■ Source data:
━━━
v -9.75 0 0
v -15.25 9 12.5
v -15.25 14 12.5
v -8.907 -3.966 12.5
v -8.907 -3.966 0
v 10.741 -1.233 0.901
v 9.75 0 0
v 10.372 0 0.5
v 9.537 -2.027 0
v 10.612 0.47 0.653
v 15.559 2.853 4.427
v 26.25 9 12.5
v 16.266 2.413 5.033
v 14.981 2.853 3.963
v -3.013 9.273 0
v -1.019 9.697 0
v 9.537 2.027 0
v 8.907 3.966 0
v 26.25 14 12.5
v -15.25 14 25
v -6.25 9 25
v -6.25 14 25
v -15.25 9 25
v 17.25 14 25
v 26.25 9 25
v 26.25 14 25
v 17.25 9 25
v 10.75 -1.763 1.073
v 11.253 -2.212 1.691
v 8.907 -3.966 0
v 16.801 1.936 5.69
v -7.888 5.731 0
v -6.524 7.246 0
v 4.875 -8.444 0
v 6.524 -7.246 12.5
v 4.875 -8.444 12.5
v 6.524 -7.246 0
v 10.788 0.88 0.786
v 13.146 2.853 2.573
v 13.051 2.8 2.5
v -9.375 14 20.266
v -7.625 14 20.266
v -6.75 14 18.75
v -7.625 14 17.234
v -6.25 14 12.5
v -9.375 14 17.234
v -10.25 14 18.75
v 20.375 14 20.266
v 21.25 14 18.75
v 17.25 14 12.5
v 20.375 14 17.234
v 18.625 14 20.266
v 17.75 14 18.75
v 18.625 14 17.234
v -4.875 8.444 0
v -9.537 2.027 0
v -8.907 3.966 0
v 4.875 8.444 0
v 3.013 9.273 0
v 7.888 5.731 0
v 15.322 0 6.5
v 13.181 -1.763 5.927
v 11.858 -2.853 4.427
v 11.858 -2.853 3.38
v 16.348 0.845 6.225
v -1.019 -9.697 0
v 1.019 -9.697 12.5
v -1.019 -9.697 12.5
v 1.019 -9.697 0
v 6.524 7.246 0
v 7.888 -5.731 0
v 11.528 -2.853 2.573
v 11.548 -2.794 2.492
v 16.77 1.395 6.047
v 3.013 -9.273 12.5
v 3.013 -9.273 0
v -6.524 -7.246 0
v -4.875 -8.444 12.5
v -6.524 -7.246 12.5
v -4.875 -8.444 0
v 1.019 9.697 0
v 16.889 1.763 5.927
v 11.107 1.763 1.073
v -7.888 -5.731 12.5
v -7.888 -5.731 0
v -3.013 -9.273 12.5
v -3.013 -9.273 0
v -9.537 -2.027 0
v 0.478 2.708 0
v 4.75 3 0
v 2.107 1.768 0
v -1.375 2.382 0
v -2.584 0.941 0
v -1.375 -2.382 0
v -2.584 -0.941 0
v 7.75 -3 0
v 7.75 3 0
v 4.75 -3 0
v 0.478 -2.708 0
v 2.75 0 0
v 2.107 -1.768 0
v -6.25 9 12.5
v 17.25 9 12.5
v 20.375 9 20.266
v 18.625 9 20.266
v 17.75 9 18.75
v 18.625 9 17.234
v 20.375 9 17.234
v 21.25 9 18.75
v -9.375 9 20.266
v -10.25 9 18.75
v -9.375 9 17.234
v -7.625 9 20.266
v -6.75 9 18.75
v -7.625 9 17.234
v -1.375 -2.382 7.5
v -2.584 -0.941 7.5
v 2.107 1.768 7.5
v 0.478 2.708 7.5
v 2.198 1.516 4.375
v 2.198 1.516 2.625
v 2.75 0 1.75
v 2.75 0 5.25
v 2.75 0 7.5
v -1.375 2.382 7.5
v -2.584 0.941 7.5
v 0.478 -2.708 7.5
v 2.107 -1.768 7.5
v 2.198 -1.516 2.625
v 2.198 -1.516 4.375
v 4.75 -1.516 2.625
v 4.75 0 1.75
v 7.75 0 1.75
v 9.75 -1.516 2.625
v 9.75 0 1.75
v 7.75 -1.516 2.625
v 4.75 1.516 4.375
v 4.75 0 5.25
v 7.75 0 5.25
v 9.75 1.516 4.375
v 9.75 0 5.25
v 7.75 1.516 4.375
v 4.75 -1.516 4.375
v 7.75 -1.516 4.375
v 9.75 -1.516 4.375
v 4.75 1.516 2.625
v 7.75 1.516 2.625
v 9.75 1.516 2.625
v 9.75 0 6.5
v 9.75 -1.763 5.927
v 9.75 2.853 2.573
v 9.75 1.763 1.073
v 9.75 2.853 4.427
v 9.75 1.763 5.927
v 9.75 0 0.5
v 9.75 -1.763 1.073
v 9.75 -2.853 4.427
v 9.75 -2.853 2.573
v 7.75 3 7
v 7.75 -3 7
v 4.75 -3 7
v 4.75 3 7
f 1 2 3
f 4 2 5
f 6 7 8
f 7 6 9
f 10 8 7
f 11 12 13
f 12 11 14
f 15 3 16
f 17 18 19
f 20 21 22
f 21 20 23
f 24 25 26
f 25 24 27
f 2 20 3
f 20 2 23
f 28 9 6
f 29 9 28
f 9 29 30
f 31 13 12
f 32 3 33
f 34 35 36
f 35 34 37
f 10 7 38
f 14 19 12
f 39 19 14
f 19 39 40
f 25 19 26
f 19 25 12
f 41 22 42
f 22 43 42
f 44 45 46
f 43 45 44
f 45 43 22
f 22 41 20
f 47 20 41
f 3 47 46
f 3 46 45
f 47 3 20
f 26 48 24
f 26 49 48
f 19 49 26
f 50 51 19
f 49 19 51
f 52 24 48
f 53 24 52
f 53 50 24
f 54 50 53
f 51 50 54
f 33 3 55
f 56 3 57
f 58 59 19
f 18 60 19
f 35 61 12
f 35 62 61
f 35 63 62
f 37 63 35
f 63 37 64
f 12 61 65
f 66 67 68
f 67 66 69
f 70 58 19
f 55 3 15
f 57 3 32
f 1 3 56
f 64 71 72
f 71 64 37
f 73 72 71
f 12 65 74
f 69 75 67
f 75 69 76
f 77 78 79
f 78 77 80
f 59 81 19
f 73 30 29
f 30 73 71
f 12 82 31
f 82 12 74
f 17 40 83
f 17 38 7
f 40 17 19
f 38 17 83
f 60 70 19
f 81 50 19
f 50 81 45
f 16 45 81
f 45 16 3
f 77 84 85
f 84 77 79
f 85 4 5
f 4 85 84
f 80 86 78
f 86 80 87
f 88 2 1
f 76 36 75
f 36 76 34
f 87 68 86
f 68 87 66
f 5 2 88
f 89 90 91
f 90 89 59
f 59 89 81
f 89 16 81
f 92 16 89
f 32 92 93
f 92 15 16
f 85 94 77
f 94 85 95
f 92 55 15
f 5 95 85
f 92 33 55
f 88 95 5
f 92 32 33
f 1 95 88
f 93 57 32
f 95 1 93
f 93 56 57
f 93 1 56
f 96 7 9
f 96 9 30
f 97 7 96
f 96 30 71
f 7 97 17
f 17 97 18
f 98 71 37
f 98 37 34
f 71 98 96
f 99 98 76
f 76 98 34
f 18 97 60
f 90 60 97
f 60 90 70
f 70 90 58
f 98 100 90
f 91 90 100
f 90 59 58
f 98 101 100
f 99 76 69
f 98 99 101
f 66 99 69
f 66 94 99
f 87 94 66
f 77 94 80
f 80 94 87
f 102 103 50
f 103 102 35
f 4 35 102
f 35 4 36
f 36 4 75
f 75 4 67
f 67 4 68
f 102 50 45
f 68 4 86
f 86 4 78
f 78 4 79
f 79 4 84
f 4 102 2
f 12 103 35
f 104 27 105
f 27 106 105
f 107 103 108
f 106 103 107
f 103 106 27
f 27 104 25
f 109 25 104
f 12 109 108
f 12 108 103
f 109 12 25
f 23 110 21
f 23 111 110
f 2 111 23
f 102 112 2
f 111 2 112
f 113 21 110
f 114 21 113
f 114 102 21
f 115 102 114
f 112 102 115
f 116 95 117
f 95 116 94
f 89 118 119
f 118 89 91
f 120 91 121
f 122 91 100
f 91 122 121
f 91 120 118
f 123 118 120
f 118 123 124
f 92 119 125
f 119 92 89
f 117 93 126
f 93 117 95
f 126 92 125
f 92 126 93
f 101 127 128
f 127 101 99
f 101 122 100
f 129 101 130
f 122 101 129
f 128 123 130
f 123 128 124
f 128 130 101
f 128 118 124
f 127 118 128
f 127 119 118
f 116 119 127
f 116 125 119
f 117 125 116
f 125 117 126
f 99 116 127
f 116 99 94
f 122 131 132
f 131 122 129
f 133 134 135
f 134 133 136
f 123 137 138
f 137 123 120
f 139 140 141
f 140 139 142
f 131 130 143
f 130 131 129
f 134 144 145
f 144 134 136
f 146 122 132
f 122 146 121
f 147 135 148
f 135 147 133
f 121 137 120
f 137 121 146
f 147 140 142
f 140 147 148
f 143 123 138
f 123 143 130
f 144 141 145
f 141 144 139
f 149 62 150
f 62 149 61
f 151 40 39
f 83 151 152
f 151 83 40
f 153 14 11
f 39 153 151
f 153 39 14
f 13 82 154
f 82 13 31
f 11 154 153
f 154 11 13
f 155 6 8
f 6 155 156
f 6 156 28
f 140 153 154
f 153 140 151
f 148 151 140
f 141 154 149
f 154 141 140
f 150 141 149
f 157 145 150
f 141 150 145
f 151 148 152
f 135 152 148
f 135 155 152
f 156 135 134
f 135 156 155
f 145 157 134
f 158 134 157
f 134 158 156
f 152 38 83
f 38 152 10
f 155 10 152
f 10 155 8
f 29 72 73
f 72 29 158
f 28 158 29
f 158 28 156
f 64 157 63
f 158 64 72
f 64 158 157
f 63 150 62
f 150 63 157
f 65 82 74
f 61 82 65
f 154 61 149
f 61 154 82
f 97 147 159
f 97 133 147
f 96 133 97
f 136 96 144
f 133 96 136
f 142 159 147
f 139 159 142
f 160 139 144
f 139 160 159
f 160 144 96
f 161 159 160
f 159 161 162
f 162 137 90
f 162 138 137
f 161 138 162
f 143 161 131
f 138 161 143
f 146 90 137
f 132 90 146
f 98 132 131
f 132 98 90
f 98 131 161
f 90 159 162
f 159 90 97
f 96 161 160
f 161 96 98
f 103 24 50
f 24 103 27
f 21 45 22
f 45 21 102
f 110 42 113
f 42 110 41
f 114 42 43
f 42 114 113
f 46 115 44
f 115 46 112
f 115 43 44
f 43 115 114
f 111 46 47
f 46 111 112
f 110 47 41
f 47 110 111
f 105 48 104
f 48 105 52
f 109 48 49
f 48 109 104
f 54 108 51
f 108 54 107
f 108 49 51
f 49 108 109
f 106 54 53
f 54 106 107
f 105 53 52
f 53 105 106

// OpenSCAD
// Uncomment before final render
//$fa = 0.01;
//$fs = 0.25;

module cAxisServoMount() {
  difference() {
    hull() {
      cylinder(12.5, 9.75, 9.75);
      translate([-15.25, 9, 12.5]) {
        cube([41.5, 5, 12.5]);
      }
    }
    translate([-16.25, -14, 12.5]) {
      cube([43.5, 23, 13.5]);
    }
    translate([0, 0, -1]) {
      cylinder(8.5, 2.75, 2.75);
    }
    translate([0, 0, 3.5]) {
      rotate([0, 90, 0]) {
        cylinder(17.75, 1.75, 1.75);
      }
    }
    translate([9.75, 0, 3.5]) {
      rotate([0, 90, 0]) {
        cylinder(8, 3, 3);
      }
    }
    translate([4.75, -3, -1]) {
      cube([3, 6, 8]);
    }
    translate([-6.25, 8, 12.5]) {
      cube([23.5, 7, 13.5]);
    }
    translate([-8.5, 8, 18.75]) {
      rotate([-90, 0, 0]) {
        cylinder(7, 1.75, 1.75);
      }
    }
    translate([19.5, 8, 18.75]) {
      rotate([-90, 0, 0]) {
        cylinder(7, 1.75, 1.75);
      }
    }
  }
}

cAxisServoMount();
━━━
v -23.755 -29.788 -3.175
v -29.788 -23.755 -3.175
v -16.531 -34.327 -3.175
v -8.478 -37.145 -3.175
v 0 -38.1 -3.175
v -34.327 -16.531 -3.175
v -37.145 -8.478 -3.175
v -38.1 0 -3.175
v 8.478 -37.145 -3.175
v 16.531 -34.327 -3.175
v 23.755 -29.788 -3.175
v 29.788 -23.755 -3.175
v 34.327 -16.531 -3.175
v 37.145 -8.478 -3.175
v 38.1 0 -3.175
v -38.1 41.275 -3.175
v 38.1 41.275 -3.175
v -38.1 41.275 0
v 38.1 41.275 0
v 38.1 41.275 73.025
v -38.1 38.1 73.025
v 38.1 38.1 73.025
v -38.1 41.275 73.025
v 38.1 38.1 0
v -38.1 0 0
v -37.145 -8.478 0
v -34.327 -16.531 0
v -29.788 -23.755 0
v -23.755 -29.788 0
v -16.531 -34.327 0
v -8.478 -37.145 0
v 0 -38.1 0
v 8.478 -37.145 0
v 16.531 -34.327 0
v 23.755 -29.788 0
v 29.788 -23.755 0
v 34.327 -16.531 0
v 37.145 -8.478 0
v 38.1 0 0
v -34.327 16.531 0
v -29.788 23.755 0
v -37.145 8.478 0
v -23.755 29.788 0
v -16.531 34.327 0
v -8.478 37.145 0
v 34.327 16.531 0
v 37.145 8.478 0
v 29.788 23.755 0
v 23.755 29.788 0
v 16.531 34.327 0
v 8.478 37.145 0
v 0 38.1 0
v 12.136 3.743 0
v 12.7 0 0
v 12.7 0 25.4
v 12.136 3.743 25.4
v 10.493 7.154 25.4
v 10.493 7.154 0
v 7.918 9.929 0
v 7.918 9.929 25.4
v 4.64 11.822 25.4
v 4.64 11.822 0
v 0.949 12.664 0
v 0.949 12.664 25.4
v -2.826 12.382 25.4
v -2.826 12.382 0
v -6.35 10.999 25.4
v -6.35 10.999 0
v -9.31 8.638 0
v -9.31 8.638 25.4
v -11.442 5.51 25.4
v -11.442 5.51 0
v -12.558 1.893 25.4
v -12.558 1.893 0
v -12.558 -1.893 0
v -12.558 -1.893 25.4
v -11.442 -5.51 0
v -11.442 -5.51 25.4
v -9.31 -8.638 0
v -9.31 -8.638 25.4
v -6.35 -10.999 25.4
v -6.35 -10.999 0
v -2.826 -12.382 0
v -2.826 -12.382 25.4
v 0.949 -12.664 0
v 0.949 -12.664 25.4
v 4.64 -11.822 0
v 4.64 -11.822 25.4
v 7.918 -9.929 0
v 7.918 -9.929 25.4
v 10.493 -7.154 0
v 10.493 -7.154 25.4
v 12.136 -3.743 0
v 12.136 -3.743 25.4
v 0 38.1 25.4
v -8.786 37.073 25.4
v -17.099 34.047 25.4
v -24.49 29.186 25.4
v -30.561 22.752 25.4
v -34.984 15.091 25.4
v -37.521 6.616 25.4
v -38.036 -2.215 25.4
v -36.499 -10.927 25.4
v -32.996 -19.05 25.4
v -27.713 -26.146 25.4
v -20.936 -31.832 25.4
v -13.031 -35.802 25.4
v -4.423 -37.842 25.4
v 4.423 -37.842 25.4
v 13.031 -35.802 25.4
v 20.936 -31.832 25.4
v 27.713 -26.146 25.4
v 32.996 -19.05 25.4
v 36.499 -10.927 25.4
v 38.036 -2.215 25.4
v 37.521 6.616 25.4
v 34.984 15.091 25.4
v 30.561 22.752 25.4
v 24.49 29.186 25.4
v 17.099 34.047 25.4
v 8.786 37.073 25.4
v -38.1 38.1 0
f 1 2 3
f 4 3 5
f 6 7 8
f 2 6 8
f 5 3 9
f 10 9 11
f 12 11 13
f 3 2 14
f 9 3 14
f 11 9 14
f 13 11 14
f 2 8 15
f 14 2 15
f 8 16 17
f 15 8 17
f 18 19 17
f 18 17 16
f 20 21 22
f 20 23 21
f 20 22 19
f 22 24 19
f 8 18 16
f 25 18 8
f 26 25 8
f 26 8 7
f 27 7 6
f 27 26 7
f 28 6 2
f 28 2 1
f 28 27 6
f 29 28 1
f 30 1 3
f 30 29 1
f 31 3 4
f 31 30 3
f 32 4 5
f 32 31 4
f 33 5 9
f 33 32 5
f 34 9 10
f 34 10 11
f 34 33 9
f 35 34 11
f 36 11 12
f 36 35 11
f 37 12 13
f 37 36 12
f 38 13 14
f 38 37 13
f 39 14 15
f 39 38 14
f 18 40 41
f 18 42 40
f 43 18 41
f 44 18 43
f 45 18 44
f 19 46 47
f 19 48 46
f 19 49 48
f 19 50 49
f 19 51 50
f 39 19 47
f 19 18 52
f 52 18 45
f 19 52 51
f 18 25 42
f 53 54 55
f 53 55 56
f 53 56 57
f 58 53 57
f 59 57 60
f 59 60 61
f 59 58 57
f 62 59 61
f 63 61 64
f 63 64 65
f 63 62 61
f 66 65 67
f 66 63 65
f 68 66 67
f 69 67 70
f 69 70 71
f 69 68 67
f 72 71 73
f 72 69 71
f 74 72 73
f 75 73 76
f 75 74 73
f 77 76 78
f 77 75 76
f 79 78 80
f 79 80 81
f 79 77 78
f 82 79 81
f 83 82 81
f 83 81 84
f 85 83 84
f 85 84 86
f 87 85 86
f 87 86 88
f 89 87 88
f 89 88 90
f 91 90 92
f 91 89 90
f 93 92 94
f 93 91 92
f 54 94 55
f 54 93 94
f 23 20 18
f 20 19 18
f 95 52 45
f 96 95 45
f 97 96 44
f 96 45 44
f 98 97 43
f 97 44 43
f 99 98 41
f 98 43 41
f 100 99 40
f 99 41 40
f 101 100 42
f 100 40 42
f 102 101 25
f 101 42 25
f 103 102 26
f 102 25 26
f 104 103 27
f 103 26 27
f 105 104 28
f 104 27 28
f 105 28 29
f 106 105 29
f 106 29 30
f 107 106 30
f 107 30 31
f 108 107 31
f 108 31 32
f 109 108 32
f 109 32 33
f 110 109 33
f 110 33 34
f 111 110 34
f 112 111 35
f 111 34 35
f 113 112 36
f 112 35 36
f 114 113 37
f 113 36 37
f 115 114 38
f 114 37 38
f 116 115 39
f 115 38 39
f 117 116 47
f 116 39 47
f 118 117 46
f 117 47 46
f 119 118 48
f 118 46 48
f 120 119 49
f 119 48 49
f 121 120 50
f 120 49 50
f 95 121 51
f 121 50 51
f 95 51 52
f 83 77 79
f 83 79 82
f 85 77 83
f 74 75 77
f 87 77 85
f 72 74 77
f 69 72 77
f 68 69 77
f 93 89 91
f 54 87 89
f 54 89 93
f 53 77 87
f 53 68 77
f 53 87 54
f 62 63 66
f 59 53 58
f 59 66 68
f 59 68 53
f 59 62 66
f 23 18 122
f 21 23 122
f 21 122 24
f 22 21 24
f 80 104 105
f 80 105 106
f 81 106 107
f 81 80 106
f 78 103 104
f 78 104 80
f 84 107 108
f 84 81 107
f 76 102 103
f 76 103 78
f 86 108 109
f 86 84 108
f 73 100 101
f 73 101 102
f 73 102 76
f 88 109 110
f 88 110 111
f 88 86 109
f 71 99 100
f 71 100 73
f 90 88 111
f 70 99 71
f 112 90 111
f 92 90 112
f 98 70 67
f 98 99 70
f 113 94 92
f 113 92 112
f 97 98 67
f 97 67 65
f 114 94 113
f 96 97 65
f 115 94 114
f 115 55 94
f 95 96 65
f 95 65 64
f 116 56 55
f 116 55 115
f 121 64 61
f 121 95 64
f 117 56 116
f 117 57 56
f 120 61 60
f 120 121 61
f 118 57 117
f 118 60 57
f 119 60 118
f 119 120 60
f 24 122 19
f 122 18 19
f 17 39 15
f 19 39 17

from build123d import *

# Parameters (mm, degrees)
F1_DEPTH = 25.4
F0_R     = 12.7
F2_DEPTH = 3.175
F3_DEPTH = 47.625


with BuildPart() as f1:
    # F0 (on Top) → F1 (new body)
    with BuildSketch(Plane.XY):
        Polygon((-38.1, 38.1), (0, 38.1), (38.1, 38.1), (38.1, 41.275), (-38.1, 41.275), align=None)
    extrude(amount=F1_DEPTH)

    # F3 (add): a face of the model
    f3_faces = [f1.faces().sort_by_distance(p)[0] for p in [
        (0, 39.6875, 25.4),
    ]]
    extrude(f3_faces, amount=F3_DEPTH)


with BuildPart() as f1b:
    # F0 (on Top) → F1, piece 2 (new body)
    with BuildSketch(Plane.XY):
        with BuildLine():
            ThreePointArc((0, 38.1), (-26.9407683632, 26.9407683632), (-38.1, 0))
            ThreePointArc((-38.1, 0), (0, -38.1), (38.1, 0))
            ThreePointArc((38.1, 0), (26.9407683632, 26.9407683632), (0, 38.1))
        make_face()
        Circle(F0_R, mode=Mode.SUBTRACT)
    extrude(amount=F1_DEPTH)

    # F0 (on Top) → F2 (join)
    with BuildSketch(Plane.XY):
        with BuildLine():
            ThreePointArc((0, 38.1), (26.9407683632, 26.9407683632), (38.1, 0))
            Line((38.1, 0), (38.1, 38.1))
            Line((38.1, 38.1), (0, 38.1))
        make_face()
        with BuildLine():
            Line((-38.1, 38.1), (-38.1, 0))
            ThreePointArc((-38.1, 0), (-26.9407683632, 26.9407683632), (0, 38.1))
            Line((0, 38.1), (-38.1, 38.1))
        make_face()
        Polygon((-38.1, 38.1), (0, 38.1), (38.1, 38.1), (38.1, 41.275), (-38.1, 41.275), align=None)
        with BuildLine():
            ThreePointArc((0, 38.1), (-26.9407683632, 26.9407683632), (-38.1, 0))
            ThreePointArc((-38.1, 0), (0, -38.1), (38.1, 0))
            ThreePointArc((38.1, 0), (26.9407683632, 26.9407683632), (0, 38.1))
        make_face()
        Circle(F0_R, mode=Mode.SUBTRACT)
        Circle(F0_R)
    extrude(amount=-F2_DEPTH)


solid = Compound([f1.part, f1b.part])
━━━
■ DESCRIPTION OF THE TASK:
From the records above, print only the lines between the one holding "f 97 133 147" and the one holding "f 42 110 41", inclusive, exactly as they stand.

■ RESULT OF THE EXERCISE:
f 97 133 147
f 96 133 97
f 136 96 144
f 133 96 136
f 142 159 147
f 139 159 142
f 160 139 144
f 139 160 159
f 160 144 96
f 161 159 160
f 159 161 162
f 162 137 90
f 162 138 137
f 161 138 162
f 143 161 131
f 138 161 143
f 146 90 137
f 132 90 146
f 98 132 131
f 132 98 90
f 98 131 161
f 90 159 162
f 159 90 97
f 96 161 160
f 161 96 98
f 103 24 50
f 24 103 27
f 21 45 22
f 45 21 102
f 110 42 113
f 42 110 41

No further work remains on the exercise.